Instructions to follow
Return, unaltered, every line from the beginning of the material below up to and including the one with "#158=ADVANCED_FACE('',(#101,#154),#157,.F.);".
** Supplied entries follows **
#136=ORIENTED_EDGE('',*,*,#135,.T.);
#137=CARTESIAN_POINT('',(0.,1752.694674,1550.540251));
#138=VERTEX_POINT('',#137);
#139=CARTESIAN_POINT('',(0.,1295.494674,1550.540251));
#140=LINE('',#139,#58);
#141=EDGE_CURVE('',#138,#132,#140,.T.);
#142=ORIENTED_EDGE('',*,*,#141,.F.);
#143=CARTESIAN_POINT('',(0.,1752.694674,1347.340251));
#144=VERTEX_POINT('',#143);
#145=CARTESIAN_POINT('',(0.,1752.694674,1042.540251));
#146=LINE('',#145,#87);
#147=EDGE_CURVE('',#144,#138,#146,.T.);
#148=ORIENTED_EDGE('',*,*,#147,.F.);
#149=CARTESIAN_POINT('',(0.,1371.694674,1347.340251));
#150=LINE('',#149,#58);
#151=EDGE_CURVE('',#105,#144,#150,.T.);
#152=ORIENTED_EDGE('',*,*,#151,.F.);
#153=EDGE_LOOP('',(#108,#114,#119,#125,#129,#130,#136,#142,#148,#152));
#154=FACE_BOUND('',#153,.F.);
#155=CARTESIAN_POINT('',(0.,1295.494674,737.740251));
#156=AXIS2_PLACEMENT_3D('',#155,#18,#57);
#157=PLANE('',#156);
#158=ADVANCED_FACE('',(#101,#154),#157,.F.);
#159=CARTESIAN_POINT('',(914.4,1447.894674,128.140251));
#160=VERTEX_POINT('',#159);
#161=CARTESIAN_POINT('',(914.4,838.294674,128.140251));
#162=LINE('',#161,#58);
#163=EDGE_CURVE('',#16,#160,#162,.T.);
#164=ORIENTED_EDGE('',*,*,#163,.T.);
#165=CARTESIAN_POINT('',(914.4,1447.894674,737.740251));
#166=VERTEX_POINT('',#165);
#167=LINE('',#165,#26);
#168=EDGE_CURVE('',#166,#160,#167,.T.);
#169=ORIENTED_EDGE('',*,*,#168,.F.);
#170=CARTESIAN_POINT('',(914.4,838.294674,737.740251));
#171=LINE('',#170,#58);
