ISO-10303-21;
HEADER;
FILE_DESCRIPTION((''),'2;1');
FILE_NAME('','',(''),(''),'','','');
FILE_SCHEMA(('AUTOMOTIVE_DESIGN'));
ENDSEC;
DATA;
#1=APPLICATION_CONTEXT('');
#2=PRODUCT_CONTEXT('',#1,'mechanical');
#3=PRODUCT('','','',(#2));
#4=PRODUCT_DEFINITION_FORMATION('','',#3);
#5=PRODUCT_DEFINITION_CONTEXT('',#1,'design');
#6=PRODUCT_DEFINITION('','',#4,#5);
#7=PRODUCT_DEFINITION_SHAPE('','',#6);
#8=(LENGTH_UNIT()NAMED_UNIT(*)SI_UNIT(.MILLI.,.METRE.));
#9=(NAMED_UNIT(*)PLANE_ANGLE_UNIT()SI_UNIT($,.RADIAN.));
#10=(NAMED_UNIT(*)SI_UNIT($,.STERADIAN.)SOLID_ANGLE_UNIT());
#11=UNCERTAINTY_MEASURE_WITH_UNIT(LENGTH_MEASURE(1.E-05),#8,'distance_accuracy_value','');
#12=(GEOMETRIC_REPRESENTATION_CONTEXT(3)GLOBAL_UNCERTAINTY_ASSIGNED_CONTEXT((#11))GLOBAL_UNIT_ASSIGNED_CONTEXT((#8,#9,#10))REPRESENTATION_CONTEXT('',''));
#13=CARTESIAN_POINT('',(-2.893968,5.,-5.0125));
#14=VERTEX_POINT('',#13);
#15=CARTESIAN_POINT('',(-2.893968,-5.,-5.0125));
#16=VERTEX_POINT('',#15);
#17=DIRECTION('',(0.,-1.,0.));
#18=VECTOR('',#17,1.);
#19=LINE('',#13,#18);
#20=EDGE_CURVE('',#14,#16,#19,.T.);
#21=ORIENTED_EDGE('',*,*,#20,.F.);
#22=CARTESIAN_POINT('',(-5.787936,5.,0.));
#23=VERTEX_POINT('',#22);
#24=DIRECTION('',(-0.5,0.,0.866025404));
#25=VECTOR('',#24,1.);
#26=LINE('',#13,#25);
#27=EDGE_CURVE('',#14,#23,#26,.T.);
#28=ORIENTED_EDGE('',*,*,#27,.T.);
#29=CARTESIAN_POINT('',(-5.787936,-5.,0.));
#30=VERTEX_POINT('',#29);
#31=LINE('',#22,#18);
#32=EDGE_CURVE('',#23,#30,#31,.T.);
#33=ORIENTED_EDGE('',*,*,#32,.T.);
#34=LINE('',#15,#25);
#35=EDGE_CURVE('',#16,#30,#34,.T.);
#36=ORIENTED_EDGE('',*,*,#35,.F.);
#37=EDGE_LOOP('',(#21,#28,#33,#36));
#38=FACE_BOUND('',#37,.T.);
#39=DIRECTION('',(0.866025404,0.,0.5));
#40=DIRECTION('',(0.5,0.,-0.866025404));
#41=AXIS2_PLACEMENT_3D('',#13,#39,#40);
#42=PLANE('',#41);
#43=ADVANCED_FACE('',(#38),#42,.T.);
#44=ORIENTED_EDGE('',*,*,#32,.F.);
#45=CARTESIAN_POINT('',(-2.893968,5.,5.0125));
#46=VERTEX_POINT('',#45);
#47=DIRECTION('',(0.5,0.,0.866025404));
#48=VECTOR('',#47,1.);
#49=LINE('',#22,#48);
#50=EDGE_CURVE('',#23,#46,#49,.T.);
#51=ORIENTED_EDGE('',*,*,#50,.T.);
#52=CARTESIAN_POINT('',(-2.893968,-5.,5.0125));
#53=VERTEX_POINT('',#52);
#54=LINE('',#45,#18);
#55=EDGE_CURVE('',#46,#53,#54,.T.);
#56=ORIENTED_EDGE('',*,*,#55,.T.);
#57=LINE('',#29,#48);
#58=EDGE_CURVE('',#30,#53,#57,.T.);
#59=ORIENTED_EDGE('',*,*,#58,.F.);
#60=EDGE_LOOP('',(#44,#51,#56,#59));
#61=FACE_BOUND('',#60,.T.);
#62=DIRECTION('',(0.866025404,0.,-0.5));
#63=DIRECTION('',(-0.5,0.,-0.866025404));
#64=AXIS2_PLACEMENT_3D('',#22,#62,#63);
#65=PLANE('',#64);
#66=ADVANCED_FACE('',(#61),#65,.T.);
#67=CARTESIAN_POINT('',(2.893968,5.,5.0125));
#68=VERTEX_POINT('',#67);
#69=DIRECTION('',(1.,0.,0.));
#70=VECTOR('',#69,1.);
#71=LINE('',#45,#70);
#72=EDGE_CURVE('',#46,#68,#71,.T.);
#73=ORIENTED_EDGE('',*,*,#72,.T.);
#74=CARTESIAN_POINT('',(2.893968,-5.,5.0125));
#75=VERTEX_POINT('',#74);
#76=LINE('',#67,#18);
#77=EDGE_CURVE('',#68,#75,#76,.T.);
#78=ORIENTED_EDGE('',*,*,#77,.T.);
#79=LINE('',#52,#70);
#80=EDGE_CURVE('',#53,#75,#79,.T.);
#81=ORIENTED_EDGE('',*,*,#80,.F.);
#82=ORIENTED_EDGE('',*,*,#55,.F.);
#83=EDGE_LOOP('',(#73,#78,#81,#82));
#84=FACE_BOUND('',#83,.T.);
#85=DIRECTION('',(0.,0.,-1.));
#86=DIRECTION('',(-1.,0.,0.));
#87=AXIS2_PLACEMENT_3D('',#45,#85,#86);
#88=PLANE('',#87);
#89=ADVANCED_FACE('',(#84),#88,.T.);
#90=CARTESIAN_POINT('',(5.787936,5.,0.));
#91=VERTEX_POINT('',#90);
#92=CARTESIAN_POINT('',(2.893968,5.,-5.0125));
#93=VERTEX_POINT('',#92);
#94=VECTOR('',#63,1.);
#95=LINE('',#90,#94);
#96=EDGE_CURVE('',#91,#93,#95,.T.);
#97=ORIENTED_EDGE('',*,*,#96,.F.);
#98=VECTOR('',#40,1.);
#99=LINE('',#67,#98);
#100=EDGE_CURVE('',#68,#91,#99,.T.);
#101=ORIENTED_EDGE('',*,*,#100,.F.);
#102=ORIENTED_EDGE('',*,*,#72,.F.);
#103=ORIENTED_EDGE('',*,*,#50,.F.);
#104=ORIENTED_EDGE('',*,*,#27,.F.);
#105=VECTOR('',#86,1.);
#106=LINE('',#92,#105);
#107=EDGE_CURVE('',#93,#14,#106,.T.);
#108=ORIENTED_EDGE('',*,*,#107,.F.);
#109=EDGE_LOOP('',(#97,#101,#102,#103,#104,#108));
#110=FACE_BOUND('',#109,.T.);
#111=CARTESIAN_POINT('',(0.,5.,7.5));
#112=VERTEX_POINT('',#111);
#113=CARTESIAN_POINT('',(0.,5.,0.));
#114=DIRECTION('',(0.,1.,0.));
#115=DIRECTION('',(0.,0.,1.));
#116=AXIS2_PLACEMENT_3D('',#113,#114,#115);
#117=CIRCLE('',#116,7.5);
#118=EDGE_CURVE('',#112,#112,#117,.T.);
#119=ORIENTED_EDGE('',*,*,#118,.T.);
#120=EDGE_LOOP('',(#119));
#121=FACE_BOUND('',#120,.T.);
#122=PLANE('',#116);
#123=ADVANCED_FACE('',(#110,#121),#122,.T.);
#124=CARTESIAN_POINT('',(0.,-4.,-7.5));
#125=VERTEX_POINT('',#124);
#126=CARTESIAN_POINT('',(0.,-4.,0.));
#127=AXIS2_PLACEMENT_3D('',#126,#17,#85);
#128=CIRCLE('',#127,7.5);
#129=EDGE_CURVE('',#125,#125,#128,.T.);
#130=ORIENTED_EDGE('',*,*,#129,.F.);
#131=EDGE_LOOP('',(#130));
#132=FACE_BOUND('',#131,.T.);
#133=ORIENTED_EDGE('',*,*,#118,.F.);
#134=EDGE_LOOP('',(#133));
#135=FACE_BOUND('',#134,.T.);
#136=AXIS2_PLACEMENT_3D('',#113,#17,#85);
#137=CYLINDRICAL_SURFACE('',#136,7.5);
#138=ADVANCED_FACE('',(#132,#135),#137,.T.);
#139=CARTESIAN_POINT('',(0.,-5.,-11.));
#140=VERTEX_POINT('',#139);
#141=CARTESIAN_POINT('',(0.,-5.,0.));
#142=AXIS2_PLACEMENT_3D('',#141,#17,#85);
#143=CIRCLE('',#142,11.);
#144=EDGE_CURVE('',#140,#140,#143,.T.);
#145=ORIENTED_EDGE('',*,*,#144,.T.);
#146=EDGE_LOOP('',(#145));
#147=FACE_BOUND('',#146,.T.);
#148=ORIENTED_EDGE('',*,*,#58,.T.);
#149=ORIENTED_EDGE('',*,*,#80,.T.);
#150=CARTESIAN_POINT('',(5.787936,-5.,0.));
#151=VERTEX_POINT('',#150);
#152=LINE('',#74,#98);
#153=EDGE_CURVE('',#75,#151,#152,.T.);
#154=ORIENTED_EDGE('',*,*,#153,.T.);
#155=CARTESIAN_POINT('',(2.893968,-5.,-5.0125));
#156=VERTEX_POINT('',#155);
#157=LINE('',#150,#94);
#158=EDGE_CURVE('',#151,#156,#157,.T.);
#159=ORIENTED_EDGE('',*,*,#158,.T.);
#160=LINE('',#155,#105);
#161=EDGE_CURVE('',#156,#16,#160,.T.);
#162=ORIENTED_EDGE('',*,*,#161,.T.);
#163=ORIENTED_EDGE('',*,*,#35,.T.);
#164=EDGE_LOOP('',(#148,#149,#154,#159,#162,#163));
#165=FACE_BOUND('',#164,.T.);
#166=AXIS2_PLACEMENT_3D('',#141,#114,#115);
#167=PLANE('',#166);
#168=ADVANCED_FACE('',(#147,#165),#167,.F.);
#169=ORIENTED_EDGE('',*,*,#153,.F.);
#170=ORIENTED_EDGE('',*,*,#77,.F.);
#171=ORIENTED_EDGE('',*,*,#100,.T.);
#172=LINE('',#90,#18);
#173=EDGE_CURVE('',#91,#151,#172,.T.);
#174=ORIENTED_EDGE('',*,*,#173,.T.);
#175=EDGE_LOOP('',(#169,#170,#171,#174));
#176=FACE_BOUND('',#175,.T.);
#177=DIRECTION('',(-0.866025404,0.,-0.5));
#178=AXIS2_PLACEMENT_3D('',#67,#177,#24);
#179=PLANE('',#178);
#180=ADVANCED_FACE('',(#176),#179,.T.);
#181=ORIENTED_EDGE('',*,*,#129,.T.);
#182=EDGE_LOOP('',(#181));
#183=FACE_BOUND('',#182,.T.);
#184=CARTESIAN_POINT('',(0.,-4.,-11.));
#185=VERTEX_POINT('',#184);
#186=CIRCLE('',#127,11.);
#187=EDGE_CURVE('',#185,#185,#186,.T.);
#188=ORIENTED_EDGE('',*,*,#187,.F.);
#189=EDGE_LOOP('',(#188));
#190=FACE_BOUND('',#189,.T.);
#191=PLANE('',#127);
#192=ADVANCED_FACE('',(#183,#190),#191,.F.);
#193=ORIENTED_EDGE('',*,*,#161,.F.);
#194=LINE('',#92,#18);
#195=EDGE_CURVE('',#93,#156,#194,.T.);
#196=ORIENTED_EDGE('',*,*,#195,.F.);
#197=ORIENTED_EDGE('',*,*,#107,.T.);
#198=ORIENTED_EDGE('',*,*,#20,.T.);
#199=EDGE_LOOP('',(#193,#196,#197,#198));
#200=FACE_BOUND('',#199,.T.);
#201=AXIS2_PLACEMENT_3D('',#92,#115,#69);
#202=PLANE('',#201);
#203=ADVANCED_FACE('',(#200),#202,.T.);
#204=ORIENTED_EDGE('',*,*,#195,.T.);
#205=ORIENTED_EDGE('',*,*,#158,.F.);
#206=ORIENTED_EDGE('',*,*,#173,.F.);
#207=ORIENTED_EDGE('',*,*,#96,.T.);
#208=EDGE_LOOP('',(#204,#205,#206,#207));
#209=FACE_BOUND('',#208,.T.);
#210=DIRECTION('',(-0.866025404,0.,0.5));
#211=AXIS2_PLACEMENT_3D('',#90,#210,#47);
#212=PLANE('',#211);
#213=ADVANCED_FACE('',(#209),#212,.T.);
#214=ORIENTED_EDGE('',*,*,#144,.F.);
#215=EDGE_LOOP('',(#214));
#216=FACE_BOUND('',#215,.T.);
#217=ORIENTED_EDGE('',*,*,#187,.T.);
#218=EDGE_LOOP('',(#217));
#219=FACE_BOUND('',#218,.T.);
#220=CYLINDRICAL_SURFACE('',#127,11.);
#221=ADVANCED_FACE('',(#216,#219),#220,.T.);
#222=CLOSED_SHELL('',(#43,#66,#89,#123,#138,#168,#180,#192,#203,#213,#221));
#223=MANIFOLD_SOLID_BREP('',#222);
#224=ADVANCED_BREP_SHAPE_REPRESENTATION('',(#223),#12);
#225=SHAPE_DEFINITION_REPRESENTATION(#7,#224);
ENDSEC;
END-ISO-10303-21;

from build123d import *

# Parameters (mm, degrees)
SKETCH1_R           = 7.5
BOSS_EXTRUDE1_DEPTH = 5
BOSS_EXTRUDE2_START = -1
SKETCH2_R           = 11
SKETCH2_R_2         = 7.5
BOSS_EXTRUDE2_DEPTH = 1


with BuildPart() as part:
    # Sketch1 → Boss-Extrude1 (new, symmetric)
    with BuildSketch(Plane(origin=(0, 0, 0), x_dir=(1, 0, 0), z_dir=(0, 1, 0))):
        Circle(SKETCH1_R)
        Polygon((-2.893968224, -5.0125), (2.893968224, -5.0125), (5.787936449, 0), (2.893968224, 5.0125), (-2.893968224, 5.0125), (-5.787936449, 0), align=None, mode=Mode.SUBTRACT)
    extrude(amount=BOSS_EXTRUDE1_DEPTH, both=True)

    # Sketch2 → Boss-Extrude2 (add)
    with BuildSketch(Plane.XZ.offset(5).offset(BOSS_EXTRUDE2_START)):
        Circle(SKETCH2_R)
        Circle(SKETCH2_R_2, mode=Mode.SUBTRACT)
    extrude(amount=BOSS_EXTRUDE2_DEPTH)


solid = part.part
** End of Supplied entries **
Response area
#136=ORIENTED_EDGE('',*,*,#135,.T.);
#137=CARTESIAN_POINT('',(0.,1752.694674,1550.540251));
#138=VERTEX_POINT('',#137);
#139=CARTESIAN_POINT('',(0.,1295.494674,1550.540251));
#140=LINE('',#139,#58);
#141=EDGE_CURVE('',#138,#132,#140,.T.);
#142=ORIENTED_EDGE('',*,*,#141,.F.);
#143=CARTESIAN_POINT('',(0.,1752.694674,1347.340251));
#144=VERTEX_POINT('',#143);
#145=CARTESIAN_POINT('',(0.,1752.694674,1042.540251));
#146=LINE('',#145,#87);
#147=EDGE_CURVE('',#144,#138,#146,.T.);
#148=ORIENTED_EDGE('',*,*,#147,.F.);
#149=CARTESIAN_POINT('',(0.,1371.694674,1347.340251));
#150=LINE('',#149,#58);
#151=EDGE_CURVE('',#105,#144,#150,.T.);
#152=ORIENTED_EDGE('',*,*,#151,.F.);
#153=EDGE_LOOP('',(#108,#114,#119,#125,#129,#130,#136,#142,#148,#152));
#154=FACE_BOUND('',#153,.F.);
#155=CARTESIAN_POINT('',(0.,1295.494674,737.740251));
#156=AXIS2_PLACEMENT_3D('',#155,#18,#57);
#157=PLANE('',#156);
#158=ADVANCED_FACE('',(#101,#154),#157,.F.);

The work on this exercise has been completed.